India’s upholding of Hindu traditions as the bedrock of Indian civilisation is mirrored in Sri Lanka’s promotion of Buddhist heritage as intrinsic to its national identity. The association between civilisation and religious tradition has reaffirmed the latter as central to political dynamics in Sri Lanka, where loyalty to the Buddhist heritage was initially codified in the constitution and is now being rammed home by majoritarian mobs.

Altogether, there is less and less room for political discourse in South Asia that does not involve religious frames of reference.

Denying universalism

While adherents of Islamic and dharmic doctrines see their religious beliefs as antithetical to one another, today they use similar arguments to defend their religion’s supremacy. Such arguments have been dutifully propagated by progressives in those countries as well.
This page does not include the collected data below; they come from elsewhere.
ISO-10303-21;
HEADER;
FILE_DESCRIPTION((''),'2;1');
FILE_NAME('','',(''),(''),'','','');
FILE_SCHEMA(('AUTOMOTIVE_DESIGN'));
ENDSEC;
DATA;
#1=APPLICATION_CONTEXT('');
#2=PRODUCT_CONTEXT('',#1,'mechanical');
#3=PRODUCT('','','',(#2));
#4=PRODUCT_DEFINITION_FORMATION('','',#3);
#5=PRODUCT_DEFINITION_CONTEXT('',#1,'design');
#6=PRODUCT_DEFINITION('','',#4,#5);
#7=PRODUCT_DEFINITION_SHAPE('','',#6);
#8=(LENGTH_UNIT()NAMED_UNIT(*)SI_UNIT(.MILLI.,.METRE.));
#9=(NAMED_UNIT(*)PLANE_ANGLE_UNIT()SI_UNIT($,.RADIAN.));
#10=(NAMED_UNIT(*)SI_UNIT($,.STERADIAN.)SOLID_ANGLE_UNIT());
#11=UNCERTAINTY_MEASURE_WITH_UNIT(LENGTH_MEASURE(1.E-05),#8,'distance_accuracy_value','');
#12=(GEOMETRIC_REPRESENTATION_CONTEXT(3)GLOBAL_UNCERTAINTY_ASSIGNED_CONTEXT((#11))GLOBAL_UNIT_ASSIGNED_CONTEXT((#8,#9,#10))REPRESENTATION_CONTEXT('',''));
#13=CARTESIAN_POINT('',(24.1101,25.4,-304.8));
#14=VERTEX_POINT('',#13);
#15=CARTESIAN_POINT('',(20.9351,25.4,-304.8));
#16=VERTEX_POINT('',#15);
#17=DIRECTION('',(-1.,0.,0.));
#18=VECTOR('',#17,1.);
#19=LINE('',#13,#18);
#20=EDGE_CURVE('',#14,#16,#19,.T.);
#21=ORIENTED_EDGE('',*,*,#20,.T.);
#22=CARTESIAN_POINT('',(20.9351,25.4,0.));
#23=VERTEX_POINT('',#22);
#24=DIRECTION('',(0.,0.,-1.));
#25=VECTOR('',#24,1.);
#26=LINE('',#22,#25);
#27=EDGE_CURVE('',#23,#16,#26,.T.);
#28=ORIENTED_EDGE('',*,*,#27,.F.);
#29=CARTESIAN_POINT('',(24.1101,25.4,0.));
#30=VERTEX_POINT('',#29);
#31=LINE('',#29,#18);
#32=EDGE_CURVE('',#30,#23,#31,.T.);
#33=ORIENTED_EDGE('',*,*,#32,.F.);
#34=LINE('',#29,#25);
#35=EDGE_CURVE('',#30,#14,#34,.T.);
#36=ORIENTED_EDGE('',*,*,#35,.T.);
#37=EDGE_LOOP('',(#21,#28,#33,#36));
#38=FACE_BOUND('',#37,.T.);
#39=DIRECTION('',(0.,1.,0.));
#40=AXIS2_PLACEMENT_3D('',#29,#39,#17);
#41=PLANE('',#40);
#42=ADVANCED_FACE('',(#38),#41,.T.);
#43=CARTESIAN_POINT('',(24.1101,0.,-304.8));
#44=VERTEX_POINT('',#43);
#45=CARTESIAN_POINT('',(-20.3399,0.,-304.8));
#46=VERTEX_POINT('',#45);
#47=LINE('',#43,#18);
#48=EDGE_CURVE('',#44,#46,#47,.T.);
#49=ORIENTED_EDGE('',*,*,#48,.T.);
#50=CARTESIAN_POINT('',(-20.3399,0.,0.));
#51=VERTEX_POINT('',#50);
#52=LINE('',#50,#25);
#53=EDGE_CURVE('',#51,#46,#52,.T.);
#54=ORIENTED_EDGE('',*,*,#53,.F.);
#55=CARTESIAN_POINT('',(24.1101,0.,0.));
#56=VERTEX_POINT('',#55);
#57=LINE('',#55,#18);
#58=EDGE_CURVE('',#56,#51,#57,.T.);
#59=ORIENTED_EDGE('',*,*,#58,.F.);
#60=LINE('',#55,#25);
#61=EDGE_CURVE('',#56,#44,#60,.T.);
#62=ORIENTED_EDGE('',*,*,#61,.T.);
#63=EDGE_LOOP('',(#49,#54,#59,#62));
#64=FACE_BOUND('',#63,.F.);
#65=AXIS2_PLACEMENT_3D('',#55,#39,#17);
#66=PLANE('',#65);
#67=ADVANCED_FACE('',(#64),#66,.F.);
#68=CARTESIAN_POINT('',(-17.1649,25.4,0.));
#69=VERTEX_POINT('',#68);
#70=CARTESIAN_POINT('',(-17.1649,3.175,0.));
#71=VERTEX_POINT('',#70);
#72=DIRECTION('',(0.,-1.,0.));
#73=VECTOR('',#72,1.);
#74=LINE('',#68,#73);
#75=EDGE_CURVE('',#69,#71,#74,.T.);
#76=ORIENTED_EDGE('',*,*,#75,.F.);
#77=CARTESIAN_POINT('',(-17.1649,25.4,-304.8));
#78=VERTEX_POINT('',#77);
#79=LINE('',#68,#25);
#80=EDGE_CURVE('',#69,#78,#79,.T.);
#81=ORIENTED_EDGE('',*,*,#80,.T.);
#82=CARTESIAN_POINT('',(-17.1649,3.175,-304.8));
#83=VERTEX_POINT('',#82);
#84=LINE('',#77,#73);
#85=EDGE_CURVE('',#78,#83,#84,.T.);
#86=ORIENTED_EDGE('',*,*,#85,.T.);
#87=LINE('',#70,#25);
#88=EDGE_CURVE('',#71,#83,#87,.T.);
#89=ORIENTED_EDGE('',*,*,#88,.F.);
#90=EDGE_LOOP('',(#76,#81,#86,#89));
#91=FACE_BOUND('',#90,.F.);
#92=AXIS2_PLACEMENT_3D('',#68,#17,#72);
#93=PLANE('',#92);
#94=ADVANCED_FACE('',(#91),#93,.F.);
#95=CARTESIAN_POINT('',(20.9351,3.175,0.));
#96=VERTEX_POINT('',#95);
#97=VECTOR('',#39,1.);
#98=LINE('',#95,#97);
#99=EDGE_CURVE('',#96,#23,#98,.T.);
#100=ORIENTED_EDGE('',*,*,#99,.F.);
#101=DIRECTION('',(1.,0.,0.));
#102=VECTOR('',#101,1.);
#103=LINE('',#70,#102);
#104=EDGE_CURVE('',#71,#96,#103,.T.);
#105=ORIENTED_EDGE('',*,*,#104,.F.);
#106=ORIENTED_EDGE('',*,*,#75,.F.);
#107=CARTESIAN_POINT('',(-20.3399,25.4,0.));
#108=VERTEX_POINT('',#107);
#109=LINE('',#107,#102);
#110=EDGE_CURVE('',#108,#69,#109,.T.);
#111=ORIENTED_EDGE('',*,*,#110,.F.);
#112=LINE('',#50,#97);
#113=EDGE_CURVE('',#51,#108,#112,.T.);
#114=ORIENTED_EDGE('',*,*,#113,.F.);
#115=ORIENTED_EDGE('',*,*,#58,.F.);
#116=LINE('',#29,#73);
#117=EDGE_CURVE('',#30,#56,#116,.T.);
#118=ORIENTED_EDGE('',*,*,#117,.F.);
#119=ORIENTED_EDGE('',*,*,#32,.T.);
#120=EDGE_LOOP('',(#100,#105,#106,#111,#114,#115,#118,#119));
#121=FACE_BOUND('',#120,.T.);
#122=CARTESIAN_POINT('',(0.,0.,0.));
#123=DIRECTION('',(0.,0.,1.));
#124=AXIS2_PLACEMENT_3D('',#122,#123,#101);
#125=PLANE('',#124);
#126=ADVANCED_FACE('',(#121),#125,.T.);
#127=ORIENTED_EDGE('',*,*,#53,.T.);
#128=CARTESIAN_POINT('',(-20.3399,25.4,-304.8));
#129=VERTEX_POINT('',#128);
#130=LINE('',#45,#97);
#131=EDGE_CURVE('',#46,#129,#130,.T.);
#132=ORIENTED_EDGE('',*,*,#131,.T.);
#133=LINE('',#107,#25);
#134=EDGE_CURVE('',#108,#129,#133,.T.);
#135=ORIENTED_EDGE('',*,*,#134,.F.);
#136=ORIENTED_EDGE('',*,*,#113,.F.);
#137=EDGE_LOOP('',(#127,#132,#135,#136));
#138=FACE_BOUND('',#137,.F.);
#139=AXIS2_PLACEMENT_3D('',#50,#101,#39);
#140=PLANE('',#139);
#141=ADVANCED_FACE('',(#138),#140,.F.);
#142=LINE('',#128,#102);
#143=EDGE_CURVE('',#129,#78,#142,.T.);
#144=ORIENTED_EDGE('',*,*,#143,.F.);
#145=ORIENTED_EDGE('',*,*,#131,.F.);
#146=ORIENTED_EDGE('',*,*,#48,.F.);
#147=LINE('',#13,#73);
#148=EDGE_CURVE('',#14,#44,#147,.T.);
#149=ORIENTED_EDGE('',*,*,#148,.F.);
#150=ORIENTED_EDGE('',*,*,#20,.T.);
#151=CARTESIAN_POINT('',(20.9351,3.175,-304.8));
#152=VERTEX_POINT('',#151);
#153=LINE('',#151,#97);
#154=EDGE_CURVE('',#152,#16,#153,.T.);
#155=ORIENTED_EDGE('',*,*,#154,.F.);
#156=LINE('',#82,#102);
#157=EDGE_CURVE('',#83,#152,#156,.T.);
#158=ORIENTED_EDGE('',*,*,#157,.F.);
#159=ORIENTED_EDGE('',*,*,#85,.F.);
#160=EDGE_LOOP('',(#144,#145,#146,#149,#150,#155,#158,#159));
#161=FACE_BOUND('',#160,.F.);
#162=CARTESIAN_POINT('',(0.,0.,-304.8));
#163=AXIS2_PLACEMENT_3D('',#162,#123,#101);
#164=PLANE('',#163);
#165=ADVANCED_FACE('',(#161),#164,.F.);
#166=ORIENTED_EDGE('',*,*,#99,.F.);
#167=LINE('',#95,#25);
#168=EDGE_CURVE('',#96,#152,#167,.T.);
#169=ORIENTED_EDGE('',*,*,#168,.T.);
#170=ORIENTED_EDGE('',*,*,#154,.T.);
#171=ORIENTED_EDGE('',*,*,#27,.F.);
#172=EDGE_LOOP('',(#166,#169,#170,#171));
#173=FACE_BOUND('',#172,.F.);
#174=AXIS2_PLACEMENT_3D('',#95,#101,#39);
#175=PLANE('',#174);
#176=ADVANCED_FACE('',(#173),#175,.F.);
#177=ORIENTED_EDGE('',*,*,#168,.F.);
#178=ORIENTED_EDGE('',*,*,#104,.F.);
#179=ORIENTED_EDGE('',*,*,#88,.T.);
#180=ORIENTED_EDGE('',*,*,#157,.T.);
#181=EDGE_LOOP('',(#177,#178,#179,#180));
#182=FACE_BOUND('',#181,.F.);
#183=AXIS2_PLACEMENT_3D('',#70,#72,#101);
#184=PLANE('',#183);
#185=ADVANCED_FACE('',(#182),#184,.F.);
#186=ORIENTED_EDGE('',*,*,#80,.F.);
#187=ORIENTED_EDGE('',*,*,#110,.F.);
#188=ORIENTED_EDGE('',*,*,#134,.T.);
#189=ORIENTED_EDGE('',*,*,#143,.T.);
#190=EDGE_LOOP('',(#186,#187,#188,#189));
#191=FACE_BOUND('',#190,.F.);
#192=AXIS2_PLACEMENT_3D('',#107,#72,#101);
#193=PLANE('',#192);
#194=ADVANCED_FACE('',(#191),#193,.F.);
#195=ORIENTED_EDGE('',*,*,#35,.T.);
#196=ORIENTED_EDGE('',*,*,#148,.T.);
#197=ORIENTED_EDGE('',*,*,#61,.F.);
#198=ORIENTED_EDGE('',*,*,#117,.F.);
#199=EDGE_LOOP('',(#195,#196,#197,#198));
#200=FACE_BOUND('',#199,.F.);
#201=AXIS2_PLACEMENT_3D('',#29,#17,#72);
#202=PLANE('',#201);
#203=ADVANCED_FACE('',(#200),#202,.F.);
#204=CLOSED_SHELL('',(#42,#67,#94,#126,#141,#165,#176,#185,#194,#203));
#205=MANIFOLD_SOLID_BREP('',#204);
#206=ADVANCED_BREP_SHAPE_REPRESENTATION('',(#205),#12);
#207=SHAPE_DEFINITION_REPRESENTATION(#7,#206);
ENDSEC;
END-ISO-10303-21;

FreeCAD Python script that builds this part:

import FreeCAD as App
import Part
import Sketcher

V = App.Vector
Q = App.Units.Quantity

doc = App.newDocument("Part")
body = doc.addObject("PartDesign::Body", "Body")

# Sketch on XY plane
sketch1 = doc.addObject("Sketcher::SketchObject", "Sketch")
body.addObject(sketch1)
sketch1.AttachmentSupport = (doc.XY_Plane, [""])
sketch1.MapMode = "FlatFace"
sketch1.addGeometry([
    Part.LineSegment(V(24.1101, 0, 0), V(24.1101, 25.4, 0)),  # 0
    Part.LineSegment(V(24.1101, 25.4, 0), V(20.9351, 25.4, 0)),  # 1
    Part.LineSegment(V(20.9351, 25.4, 0), V(20.9351, 3.175, 0)),  # 2
    Part.LineSegment(V(20.9351, 3.175, 0), V(-17.1649, 3.175, 0)),  # 3
    Part.LineSegment(V(-17.1649, 3.175, 0), V(-17.1649, 25.4, 0)),  # 4
    Part.LineSegment(V(-17.1649, 25.4, 0), V(-20.3399, 25.4, 0)),  # 5
    Part.LineSegment(V(-20.3399, 25.4, 0), V(-20.3399, 0, 0)),  # 6
    Part.LineSegment(V(-20.3399, 0, 0), V(24.1101, 0, 0)),  # 7
], False)
sketch1.addConstraint([
    Sketcher.Constraint("Coincident", 0, 2, 1, 1),
    Sketcher.Constraint("Coincident", 1, 2, 2, 1),
    Sketcher.Constraint("Coincident", 2, 2, 3, 1),
    Sketcher.Constraint("Coincident", 3, 2, 4, 1),
    Sketcher.Constraint("Coincident", 4, 2, 5, 1),
    Sketcher.Constraint("Coincident", 5, 2, 6, 1),
    Sketcher.Constraint("Coincident", 6, 2, 7, 1),
    Sketcher.Constraint("Coincident", 7, 2, 0, 1),
    Sketcher.Constraint("Vertical", 0),
    Sketcher.Constraint("Horizontal", 1),
    Sketcher.Constraint("Vertical", 2),
    Sketcher.Constraint("Horizontal", 3),
    Sketcher.Constraint("Vertical", 4),
    Sketcher.Constraint("Horizontal", 5),
    Sketcher.Constraint("Vertical", 6),
    Sketcher.Constraint("Horizontal", 7),
    Sketcher.Constraint("PointOnObject", 6, 2, -1),
    Sketcher.Constraint("Horizontal", 1, 2, 4, 2),
    Sketcher.Constraint("Equal", 1, 5),
    Sketcher.Constraint("DistanceY", 0, 1, 0, 2, Q("1 in")),
    Sketcher.Constraint("DistanceX", 7, 1, 7, 2, Q("1.75 in")),
    Sketcher.Constraint("DistanceX", 1, 2, 1, 1, Q("0.125 in")),
    Sketcher.Constraint("DistanceY", -1, 1, 2, 2, Q("0.125 in")),
    Sketcher.Constraint("DistanceX", -1, 1, 0, 2, Q("24.11 mm")),
])
pad1 = doc.addObject("PartDesign::Pad", "Pad")
body.addObject(pad1)
pad1.Profile = sketch1
pad1.Length = Q("12 in")
pad1.Reversed = True

doc.recompute()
Where national environments have become increasingly hostile to religious self-reflection, those in power simply label criticism of Islamic or Hindu traditions – especially that originating in foreign countries – as a ‘western’ narrative.

As a result, critics of organised religion are increasingly silenced in South Asia. The unequivocal rejection of religious doctrine or tradition is depicted as a ‘western’ value; thus, anyone who advocates this view can be accused of being disloyal to their community. The criticism of religion is also dismissed as being grounded in an insufficient understanding of religious doctrine. This approach implies that criticism of religion is itself illegitimate; thus only those who believe in the religion, or at least refrain from criticising it, have the right to discuss it in the first place.

But denying the ability to criticise the majority’s religion freely is to deny a tradition which has deep roots both in India and among many Muslim philosophers. Moreover, to label freethought and the criticism of religion as illegitimate is to imply that they have no relevance in South Asian countries. In fact, though, freedom of thought and speech are universal human rights, which ought to be just as inalienable here as in the West.

There is no reason why the practice of thinking and speaking freely need automatically lead to a complete rejection of all theology. The crucial point is that the advancement of a pluralistic, tolerant and liberal democracy is only possible if no one religion is privileged above others, and if criticism of all religions is freely permitted. For that to transpire in our neck of the woods, freethought needs to be wrestled back from the South Asian ideologues who have pushed all matters of social, civilisational, and human significance into the intolerant domain of religion.